Os parecera un pregunta muy elemental pero, quiero conectar 5 leds en serie a una fuente de 12 voltios de una bateria de una moto.

He puesto una resistencia de 100 ohm en la entrada. Conecto tres leds y todo luce bien pero cuando conecto el 4 y el 5 led la luminosidad baja muchisimo.

Sabes porque puede ser y que puedo hacer para que todos luzcan bastante?


----------



## maunix (Sep 6, 2006)

ruviboss84 dijo:
			
		

> Os parecera un pregunta muy elemental pero, quiero conectar 5 leds en serie a una fuente de 12 voltios de una bateria de una moto.
> 
> He puesto una resistencia de 100 ohm en la entrada.
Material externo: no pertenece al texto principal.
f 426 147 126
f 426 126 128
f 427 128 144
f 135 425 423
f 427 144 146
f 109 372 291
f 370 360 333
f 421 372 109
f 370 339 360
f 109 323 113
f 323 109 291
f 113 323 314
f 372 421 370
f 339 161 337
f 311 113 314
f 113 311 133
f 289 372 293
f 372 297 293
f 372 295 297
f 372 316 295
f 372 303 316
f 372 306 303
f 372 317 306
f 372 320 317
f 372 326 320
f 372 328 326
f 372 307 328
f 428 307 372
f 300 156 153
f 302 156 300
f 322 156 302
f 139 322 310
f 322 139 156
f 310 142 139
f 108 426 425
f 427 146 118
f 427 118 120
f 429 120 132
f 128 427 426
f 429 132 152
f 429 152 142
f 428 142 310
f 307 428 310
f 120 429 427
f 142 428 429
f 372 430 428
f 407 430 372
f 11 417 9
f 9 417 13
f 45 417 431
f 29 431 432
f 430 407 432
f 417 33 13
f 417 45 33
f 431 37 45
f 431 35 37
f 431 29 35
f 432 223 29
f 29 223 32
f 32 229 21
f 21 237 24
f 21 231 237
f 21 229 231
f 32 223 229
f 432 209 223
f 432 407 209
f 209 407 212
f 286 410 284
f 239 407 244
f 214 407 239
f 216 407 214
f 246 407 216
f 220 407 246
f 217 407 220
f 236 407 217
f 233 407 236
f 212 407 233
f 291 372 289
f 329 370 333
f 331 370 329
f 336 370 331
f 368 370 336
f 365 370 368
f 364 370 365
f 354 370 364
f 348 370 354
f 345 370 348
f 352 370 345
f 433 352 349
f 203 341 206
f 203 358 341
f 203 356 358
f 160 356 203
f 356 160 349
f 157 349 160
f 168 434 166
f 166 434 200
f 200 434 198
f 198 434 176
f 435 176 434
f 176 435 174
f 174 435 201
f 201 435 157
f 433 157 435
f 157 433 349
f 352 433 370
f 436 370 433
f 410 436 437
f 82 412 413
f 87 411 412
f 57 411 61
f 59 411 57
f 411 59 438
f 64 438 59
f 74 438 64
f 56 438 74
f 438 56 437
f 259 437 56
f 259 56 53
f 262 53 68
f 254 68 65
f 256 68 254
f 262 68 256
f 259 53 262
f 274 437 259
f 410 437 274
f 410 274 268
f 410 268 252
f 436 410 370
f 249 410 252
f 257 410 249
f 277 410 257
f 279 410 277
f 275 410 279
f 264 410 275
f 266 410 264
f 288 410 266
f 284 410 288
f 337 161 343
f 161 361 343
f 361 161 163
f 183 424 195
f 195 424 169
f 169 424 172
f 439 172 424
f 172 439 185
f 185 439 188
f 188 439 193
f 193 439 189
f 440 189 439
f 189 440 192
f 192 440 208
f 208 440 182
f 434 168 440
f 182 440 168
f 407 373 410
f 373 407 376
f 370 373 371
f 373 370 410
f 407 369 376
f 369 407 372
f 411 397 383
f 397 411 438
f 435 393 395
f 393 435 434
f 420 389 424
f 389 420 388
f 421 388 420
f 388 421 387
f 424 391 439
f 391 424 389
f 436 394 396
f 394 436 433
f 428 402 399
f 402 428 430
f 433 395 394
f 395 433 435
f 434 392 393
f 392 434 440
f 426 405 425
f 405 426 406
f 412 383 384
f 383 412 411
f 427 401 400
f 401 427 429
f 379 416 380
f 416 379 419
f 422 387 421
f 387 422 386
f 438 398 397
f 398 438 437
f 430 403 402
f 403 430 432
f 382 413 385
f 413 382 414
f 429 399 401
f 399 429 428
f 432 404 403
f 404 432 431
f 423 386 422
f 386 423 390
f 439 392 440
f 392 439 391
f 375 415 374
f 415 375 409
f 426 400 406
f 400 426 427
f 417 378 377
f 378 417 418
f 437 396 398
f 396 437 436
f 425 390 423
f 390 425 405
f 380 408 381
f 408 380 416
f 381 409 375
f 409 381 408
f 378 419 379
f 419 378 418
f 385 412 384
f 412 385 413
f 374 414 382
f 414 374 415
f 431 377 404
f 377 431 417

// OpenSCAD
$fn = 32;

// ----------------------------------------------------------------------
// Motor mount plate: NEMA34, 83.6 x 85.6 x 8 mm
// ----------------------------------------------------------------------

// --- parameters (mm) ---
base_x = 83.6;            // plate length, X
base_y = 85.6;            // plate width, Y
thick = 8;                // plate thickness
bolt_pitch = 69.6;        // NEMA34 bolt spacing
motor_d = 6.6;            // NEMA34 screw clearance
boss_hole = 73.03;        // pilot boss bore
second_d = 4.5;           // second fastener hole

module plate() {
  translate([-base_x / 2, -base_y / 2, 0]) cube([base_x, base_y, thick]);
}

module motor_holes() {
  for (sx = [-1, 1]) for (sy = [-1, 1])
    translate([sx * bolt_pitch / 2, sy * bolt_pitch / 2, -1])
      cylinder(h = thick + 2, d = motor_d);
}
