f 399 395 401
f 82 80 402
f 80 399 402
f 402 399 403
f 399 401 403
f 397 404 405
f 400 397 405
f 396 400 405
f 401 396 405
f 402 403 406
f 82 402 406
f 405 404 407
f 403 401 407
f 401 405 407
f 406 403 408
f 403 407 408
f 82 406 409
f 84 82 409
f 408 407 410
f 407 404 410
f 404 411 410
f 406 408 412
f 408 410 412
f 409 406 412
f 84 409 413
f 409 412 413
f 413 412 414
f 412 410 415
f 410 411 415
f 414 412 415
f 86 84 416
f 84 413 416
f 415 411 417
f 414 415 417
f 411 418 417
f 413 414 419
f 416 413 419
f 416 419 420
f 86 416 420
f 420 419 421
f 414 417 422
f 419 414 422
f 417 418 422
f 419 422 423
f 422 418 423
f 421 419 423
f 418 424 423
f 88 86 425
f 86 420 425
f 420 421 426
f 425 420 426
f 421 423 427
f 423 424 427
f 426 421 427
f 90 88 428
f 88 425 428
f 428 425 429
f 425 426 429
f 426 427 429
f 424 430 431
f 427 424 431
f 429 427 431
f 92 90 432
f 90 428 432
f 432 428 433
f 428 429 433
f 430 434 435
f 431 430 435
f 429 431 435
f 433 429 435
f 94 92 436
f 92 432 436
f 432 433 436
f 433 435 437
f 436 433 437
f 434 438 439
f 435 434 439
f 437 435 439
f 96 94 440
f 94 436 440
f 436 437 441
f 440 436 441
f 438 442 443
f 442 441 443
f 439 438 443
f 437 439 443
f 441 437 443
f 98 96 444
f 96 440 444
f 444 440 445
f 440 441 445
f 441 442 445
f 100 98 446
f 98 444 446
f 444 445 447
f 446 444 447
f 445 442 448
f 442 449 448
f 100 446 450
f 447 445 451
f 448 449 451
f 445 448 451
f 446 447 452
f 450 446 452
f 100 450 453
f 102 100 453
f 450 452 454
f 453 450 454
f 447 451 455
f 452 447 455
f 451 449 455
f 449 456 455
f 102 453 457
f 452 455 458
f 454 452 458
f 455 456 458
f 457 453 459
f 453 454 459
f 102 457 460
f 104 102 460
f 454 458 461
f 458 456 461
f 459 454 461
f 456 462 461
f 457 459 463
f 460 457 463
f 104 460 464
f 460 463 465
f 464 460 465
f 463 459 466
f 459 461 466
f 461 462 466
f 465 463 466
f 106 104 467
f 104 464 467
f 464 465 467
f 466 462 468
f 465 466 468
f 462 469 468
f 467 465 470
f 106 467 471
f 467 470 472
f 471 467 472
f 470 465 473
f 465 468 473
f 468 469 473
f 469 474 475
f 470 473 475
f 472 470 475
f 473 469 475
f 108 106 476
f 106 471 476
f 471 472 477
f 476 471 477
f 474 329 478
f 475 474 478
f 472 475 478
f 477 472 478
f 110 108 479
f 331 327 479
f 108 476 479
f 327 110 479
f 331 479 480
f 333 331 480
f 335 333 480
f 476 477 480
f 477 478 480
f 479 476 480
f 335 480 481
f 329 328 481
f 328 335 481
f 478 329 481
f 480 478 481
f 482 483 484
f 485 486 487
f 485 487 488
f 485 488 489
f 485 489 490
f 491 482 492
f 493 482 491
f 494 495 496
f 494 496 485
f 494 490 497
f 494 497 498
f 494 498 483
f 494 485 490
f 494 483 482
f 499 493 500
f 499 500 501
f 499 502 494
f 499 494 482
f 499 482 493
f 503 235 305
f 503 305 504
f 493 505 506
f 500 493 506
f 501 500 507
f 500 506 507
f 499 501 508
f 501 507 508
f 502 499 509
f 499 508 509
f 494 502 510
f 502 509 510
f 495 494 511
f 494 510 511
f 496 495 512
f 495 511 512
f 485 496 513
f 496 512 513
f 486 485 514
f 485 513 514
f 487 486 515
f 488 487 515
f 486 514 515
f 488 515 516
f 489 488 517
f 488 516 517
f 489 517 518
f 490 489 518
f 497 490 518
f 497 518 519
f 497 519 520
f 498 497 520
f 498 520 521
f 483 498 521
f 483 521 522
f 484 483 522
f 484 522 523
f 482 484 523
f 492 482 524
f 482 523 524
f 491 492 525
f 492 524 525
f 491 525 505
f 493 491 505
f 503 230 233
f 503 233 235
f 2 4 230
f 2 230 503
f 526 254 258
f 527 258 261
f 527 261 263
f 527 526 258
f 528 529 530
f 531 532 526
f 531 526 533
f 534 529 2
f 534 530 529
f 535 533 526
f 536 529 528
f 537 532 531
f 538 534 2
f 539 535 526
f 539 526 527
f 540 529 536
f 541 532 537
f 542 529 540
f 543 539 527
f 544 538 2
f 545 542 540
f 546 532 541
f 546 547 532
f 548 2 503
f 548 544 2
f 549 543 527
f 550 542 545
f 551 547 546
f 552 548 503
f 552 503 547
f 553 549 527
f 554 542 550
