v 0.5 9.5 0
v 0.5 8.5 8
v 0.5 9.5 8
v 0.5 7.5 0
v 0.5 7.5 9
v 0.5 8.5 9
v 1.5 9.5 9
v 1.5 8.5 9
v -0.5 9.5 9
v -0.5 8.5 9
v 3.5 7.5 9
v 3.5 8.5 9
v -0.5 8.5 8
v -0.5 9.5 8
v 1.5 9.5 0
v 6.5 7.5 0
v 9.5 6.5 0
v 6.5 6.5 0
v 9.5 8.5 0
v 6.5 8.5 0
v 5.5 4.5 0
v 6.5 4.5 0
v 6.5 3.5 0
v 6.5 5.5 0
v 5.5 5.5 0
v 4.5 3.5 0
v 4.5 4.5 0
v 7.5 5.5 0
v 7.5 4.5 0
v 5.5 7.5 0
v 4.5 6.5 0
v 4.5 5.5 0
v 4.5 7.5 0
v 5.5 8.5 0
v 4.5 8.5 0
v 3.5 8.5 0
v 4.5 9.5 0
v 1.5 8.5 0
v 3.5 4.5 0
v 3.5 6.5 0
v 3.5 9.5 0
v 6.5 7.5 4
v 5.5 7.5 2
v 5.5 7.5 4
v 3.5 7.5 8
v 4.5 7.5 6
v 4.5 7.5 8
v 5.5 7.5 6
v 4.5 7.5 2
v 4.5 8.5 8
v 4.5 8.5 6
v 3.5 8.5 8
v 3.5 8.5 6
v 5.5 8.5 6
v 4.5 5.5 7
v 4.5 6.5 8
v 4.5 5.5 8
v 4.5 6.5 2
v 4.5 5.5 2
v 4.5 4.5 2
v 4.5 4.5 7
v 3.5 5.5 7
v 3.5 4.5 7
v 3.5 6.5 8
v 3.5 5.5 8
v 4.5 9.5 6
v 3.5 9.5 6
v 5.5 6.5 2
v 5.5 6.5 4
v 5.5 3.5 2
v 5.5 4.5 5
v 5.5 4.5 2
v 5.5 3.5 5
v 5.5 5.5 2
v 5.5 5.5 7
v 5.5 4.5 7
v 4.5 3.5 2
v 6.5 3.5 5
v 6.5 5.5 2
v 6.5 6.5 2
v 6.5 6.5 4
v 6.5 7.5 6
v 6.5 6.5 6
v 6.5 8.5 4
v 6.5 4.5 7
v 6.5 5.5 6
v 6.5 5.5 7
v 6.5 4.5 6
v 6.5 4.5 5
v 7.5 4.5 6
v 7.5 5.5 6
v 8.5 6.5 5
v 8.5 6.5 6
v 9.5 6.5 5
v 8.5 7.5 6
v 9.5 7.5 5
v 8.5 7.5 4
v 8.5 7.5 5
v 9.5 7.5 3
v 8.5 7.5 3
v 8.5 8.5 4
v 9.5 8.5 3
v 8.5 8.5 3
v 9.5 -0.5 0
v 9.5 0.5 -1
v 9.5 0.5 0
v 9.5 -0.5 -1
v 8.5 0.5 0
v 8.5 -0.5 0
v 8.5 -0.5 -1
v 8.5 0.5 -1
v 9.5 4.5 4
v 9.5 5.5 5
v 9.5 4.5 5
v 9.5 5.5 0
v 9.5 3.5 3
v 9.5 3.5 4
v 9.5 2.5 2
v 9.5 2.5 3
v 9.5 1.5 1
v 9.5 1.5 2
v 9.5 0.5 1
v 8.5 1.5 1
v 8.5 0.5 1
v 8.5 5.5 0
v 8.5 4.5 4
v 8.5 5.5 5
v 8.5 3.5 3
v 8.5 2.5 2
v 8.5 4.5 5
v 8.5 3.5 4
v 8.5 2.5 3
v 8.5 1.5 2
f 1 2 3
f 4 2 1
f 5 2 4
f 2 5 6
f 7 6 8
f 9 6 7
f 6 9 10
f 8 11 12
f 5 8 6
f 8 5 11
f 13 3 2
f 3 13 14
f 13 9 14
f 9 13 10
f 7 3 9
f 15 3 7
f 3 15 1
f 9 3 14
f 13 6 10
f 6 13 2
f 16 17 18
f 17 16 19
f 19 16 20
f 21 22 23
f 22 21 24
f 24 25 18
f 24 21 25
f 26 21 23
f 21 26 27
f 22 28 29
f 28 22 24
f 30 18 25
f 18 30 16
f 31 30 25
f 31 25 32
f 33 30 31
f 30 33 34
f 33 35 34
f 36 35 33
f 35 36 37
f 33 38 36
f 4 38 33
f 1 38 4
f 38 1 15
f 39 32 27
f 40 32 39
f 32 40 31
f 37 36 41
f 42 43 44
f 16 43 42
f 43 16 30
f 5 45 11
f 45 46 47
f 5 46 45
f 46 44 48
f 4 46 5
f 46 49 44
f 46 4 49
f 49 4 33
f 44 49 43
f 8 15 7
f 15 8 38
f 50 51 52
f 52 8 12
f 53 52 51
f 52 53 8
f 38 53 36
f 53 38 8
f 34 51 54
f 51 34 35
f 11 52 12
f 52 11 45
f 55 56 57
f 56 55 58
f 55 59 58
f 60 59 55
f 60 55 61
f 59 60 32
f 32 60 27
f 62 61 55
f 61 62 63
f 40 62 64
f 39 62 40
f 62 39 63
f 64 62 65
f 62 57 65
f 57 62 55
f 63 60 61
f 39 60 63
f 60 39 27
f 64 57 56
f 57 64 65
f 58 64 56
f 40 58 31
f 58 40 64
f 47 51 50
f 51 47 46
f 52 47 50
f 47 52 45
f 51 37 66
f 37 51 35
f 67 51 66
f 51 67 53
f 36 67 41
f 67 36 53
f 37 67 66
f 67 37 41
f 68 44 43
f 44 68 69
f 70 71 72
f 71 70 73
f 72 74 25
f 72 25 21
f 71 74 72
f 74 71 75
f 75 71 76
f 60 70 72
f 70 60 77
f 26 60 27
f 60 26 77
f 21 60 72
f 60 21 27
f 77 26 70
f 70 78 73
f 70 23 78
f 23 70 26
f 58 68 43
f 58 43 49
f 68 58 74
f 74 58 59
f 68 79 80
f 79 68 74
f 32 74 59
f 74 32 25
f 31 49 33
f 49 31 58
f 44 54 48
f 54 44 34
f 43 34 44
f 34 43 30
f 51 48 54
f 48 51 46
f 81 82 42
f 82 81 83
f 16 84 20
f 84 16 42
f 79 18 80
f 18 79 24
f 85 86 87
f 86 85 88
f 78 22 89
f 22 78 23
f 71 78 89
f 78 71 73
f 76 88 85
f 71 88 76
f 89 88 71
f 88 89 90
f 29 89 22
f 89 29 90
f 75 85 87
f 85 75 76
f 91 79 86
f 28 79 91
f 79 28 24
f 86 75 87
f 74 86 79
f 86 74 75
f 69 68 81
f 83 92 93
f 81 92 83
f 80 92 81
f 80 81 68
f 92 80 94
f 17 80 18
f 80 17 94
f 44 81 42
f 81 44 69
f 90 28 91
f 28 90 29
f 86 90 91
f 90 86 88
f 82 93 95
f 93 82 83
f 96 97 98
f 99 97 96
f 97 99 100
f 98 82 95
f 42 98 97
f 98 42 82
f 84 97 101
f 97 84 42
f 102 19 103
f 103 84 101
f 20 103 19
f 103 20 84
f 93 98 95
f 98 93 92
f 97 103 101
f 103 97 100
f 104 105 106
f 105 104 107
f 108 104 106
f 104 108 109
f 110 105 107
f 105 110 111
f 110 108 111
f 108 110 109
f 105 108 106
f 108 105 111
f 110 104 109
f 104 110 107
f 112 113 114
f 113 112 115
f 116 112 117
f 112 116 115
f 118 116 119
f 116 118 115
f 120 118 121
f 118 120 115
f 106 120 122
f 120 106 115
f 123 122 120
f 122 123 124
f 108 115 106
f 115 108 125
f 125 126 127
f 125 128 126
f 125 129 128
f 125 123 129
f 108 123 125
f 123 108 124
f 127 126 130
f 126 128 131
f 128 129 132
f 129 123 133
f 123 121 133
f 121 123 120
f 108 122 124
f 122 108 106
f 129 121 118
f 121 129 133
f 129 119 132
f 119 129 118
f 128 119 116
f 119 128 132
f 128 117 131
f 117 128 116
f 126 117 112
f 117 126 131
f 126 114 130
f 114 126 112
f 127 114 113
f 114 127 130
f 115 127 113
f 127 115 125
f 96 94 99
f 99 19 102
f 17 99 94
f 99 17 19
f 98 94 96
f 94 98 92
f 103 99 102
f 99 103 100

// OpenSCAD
union() {
    translate([0, 9, 8.5]) color([0, 0, 1]) cube([1, 1, 1], center=true);
    translate([1, 8, 4.5]) cube([1, 1, 9], center=true);
    translate([1, 9, 4.5]) cube([1, 1, 9], center=true);
    translate([2, 8, 4.5]) cube([1, 1, 9], center=true);
    translate([3, 8, 4.5]) cube([1, 1, 9], center=true);
    translate([4, 5, 3.5]) cube([1, 1, 7], center=true);
    translate([4, 6, 4.0]) cube([1, 1, 8], center=true);
    translate([4, 8, 4.0]) cube([1, 1, 8], center=true);
    translate([4, 9, 3.0]) cube([1, 1, 6], center=true);
    translate([5, 4, 1.0]) cube([1, 1, 2], center=true);
    translate([5, 6, 1.0]) cube([1, 1, 2], center=true);
    translate([5, 7, 1.0]) cube([1, 1, 2], center=true);
    translate([5, 8, 3.0]) cube([1, 1, 6], center=true);
    translate([6, 4, 2.5]) cube([1, 1, 5], center=true);
    translate([6, 5, 3.5]) cube([1, 1, 7], center=true);
    translate([6, 6, 1.0]) cube([1, 1, 2], center=true);
    translate([6, 7, 2.0]) cube([1, 1, 4], center=true);
    translate([7, 5, 3.0]) cube([1, 1, 6], center=true);
    translate([7, 7, 3.0]) cube([1, 1, 6], center=true);
    translate([7, 8, 2.0]) cube([1, 1, 4], center=true);
    translate([8, 7, 3.0]) cube([1, 1, 6], center=true);
    translate([8, 8, 2.0]) cube([1, 1, 4], center=true);
    translate([9, 0, -0.5]) color([1, 0, 0]) cube([1, 1, 1], center=true);
    translate([9, 1, 0.5]) cube([1, 1, 1], center=true);
    translate([9, 2, 1.0]) cube([1, 1, 2], center=true);
    translate([9, 3, 1.5]) cube([1, 1, 3], center=true);
    translate([9, 4, 2.0]) cube([1, 1, 4], center=true);
    translate([9, 5, 2.5]) cube([1, 1, 5], center=true);
    translate([9, 7, 2.5]) cube([1, 1, 5], center=true);
    translate([9, 8, 1.5]) cube([1, 1, 3], center=true);
}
Conecto tres leds y todo luce bien pero cuando conecto el 4 y el 5 led la luminosidad baja muchisimo.
> 
> Sabes porque puede ser y que puedo hacer para que todos luzcan bastante?



No sé que leds estás usando pero típicamente necesitan unos 10mA o 25mA para encender a máxima intensidad.

Si pones 5 leds en serie y los mismos tienen una tensión de supongamos, 1.3V, al poner 5 tendrás una caida de 6.5V.  La corriente que les debiera circular es de (12-6.5)/100 = 5.5/100 = 50 mA lo cual es más que suficiente, es más hasta incluso se podrían llegar a haber quemado. 

En realidad, debes comentarnos qué tipo de leds estás usando , de ahí podremos continuar el resto del análisis


----------



## zapeitor (Sep 6, 2006)

si los conectas en paralelo con una resistencia de unos 500 ohms cada uno luciran todos bien.

saludos


----------



## ruviboss84 (Sep 6, 2006)

Son leds blancos de alta luminosidad de 3,4 voltios creo.

Habia pensado en ponerlos en paralelo. otro montaje que habia pensado en ponerlos tres en serie con una resistencia delante y otro grupo igual en paralelo.

Que opinais?


----------



## maunix (Sep 6, 2006)

ruviboss84 dijo:
			
		

> Son leds blancos de alta luminosidad de 3,4 voltios creo.
> 
> Habia pensado en ponerlos en paralelo. otro montaje que habia pensado en ponerlos tres en serie con una resistencia delante y otro grupo igual en paralelo.
> 
> Que opinais?



Si son de 3.4V, precisamente al tener 5 en serie, tienes 15 voltios!!  Están apenas encendiendo... por lo poco de corriente que les puedes hacer pasar.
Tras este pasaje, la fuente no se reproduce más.